Yes, indeed. This is part of a book project (forthcoming in Penguin Random House) that aims to demonstrate the overall relevance of drug law enforcement agencies in shaping Mexican drug policy throughout the 20th century. The research is based on two main questions: What impact did US anti-narcotics agencies have in the development of anti-narcotics policies in Mexico’s 20th century? How and by what mechanisms did they influence the anti-narcotics policies developed by the Mexican State during that period?

I am also working in a second research project on the history of the Mexican police from a long-term historical and global perspective. I aim to answer general questions: How did police practices and police organisation models make their way to Mexico in the 19th and 20th century? How did they change as they passed through space and time? The project draws on an interdisciplinary approach, working with insights from global history, international relations, criminology and historical sociology.

In addition to these two main projects, I am working on other collaborative projects on processes of militarization in Latin America, arms transfers between México and the United States and on the theoretical understanding of the study of state-organized crime dynamics in Latin America.

Based on your research and experience, what do you see as the frontier or future of the field?

The examination of the history of US narcotic policy in Latin America is still to be written. There is such a wide range of fascinating topics that remain to be analysed that I don’t know where to start! Therefore, I will just mention some comments related to the DEA in Mexico and Latin America.

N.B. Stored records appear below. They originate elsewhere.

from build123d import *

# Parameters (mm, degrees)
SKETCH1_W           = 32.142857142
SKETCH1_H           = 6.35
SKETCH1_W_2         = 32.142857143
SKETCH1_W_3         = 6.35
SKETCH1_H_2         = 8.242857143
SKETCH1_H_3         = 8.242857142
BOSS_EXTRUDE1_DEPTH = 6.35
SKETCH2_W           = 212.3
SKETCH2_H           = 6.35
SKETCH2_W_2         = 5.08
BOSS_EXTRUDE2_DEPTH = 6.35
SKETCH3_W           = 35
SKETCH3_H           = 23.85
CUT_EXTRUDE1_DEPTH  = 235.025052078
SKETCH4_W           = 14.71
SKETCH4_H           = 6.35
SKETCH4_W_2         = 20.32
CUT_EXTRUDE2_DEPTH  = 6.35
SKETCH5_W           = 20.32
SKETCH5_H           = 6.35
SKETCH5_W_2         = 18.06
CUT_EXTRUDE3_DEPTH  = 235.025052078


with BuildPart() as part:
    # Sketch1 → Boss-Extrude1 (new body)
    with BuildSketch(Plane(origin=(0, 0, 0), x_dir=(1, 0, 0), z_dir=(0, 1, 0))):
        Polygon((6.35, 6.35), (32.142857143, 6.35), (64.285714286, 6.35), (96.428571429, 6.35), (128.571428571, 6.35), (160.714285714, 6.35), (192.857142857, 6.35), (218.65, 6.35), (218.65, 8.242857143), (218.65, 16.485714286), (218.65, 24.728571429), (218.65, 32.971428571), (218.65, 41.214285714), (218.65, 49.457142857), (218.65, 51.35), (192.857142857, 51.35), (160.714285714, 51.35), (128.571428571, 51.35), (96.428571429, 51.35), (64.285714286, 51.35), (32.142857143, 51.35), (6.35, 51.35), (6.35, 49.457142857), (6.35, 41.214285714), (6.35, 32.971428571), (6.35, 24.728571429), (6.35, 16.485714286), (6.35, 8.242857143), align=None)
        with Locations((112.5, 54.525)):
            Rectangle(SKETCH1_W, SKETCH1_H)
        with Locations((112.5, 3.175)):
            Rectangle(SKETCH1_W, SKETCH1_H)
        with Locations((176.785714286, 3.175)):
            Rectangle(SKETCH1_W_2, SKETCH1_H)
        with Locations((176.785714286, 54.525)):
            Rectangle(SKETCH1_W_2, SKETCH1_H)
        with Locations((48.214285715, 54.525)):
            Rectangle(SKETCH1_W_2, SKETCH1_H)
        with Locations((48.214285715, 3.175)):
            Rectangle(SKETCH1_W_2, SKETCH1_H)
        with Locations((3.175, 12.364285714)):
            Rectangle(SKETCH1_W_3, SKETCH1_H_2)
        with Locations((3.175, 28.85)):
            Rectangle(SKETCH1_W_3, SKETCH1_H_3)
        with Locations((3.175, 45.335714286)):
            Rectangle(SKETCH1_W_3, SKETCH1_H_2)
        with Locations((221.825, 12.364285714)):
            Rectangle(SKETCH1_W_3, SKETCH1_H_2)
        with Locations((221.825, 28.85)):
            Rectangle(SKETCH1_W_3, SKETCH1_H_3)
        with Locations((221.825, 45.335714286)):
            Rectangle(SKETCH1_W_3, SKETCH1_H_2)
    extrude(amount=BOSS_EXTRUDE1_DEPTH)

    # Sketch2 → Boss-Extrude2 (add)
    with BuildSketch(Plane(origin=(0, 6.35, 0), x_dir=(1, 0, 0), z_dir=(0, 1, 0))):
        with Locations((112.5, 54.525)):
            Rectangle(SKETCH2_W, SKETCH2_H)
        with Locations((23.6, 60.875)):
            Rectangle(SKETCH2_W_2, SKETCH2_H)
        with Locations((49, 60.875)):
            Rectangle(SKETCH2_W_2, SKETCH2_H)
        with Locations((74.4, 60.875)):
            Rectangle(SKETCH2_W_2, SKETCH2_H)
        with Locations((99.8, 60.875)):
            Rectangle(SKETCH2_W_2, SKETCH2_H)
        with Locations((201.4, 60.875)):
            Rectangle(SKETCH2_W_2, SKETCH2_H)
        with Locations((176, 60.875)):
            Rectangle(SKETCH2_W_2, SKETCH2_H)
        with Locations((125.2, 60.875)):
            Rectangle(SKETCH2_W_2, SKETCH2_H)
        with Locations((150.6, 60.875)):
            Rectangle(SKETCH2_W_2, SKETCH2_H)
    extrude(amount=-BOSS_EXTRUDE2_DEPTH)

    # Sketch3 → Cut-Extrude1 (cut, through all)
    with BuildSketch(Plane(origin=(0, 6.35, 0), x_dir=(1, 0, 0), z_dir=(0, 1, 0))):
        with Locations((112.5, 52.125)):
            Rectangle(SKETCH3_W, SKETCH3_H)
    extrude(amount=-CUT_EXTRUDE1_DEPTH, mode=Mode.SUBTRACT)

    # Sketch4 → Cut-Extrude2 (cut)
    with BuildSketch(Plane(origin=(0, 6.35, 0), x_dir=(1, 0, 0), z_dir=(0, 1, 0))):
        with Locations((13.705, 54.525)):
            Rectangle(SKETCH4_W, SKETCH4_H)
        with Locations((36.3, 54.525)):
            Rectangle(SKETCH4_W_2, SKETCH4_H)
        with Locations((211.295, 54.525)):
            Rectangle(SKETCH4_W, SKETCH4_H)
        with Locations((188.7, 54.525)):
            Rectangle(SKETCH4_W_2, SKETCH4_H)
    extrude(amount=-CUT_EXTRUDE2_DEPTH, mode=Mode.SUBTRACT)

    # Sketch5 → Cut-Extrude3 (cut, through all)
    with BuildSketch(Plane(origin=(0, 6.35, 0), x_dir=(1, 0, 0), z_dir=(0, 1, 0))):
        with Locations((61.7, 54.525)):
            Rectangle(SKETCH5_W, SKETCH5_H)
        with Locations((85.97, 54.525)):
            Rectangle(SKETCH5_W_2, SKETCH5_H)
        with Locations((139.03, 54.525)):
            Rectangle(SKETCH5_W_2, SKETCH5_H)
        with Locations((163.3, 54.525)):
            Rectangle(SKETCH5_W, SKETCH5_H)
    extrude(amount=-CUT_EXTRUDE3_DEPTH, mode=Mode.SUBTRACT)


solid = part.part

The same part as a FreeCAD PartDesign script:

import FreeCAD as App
import Part
import Sketcher
from FreeCAD import Vector
Q = App.Units.Quantity

doc = App.newDocument("Part")
body = doc.addObject("PartDesign::Body", "Body")

sketch1 = doc.addObject("Sketcher::SketchObject", "Sketch")
body.addObject(sketch1)
sketch1.AttachmentSupport = (doc.XZ_Plane, [""])
sketch1.MapMode = "FlatFace"
sketch1.addGeometry([
    Part.LineSegment(Vector(6.3, -6.3, 0), Vector(32.1, -6.3, 0)),
    Part.LineSegment(Vector(32.1, -6.3, 0), Vector(32.1, 0, 0)),
    Part.LineSegment(Vector(32.1, 0, 0), Vector(64.3, 0, 0)),
    Part.LineSegment(Vector(64.3, 0, 0), Vector(64.3, -6.3, 0)),
    Part.LineSegment(Vector(64.3, -6.3, 0), Vector(96.4, -6.3, 0)),
    Part.LineSegment(Vector(96.4, -6.3, 0), Vector(96.4, 0, 0)),
    Part.LineSegment(Vector(96.4, 0, 0), Vector(128.6, 0, 0)),
    Part.LineSegment(Vector(128.6, 0, 0), Vector(128.6, -6.3, 0)),
    Part.LineSegment(Vector(128.6, -6.3, 0), Vector(160.7, -6.3, 0)),
    Part.LineSegment(Vector(160.7, -6.3, 0), Vector(160.7, 0, 0)),
    Part.LineSegment(Vector(160.7, 0, 0), Vector(192.9, 0, 0)),
    Part.LineSegment(Vector(192.9, 0, 0), Vector(192.9, -6.3, 0)),
    Part.LineSegment(Vector(192.9, -6.3, 0), Vector(218.7, -6.3, 0)),
    Part.LineSegment(Vector(218.7, -6.3, 0), Vector(218.7, -8.2, 0)),
    Part.LineSegment(Vector(218.7, -8.2, 0), Vector(225, -8.2, 0)),
    Part.LineSegment(Vector(225, -8.2, 0), Vector(225, -16.5, 0)),
    Part.LineSegment(Vector(225, -16.5, 0), Vector(218.7, -16.5, 0)),
    Part.LineSegment(Vector(218.7, -16.5, 0), Vector(218.7, -24.7, 0)),
    Part.LineSegment(Vector(218.7, -24.7, 0), Vector(225, -24.7, 0)),
    Part.LineSegment(Vector(225, -24.7, 0), Vector(225, -33, 0)),
    Part.LineSegment(Vector(225, -33, 0), Vector(218.7, -33, 0)),
    Part.LineSegment(Vector(218.7, -33, 0), Vector(218.7, -41.2, 0)),
    Part.LineSegment(Vector(218.7, -41.2, 0), Vector(225, -41.2, 0)),
    Part.LineSegment(Vector(225, -41.2, 0), Vector(225, -49.5, 0)),
    Part.LineSegment(Vector(225, -49.5, 0), Vector(218.7, -49.5, 0)),
    Part.LineSegment(Vector(218.7, -49.5, 0), Vector(218.7, -51.4, 0)),
    Part.LineSegment(Vector(218.7, -51.4, 0), Vector(192.9, -51.4, 0)),
    Part.LineSegment(Vector(192.9, -51.4, 0), Vector(192.9, -57.7, 0)),
    Part.LineSegment(Vector(192.9, -57.7, 0), Vector(160.7, -57.7, 0)),
    Part.LineSegment(Vector(160.7, -57.7, 0), Vector(160.7, -51.4, 0)),
    Part.LineSegment(Vector(160.7, -51.4, 0), Vector(128.6, -51.4, 0)),
    Part.LineSegment(Vector(128.6, -51.4, 0), Vector(128.6, -57.7, 0)),
    Part.LineSegment(Vector(128.6, -57.7, 0), Vector(96.4, -57.7, 0)),
    Part.LineSegment(Vector(96.4, -57.7, 0), Vector(96.4, -51.4, 0)),
    Part.LineSegment(Vector(96.4, -51.4, 0), Vector(64.3, -51.4, 0)),
    Part.LineSegment(Vector(64.3, -51.4, 0), Vector(64.3, -57.7, 0)),
    Part.LineSegment(Vector(64.3, -57.7, 0), Vector(32.1, -57.7, 0)),
    Part.LineSegment(Vector(32.1, -57.7, 0), Vector(32.1, -51.4, 0)),
    Part.LineSegment(Vector(32.1, -51.4, 0), Vector(6.3, -51.4, 0)),
    Part.LineSegment(Vector(6.3, -51.4, 0), Vector(6.3, -49.5, 0)),
    Part.LineSegment(Vector(6.3, -49.5, 0), Vector(0, -49.5, 0)),
    Part.LineSegment(Vector(0, -49.5, 0), Vector(0, -41.2, 0)),
    Part.LineSegment(Vector(0, -41.2, 0), Vector(6.3, -41.2, 0)),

First, much more remains to be written about the actual activities of the DEA in Mexico. At the time of responding to this question, the DEA maintains 11 offices and dozens of agents working in Mexico, thereby continuing to wage the war on drugs down south (the title of the article). Very little is known about these agents’ activities, their main contacts, and their strategies. A research effort between journalists and scholars could inquire into these issues. The work of Ginger Thompson recently published in ProPublica shows the way to go.

Second, in relation to the history of DEA’s presence in Mexico, further research still needs to uncover the social and political consequences of their activities. Admittedly, we still know very little about their activities in Mexico and the rest of Latin America since 1973. However, as new archives get declassified, new areas of research open. In addition to new case studies as the one offered in my article, I would love to see more comparative work (what was different/similar about the DEA’s work in Mexico, Afghanistan or Argentina? What distinguished the transgovernmental relations with local actors established by DEA agents and the ones developed by CIA officials?), and a more comprehensive analysis on the unintended consequences of the activities of the agency at a regional and global scale.

Finally, the role of local actors in the construction of the war on drugs should be acknowledged, identified and unpacked. While the US and its agencies have promoted the enactment of prohibitionist policies throughout Latin America, the reality is that the war on drugs wasn’t driven entirely from Washington, D.C. It is a complex transnational process in which local bureaucracies and conservative elites played a fundamental role as well.

What scholar, living or dead, would you most like to have dinner with?

While writing these responses, I am in lockdown due to the COVID-19 Pandemic. So having dinner with any scholar, even someone from the natural sciences or an historian of 13th century Britain, would be great!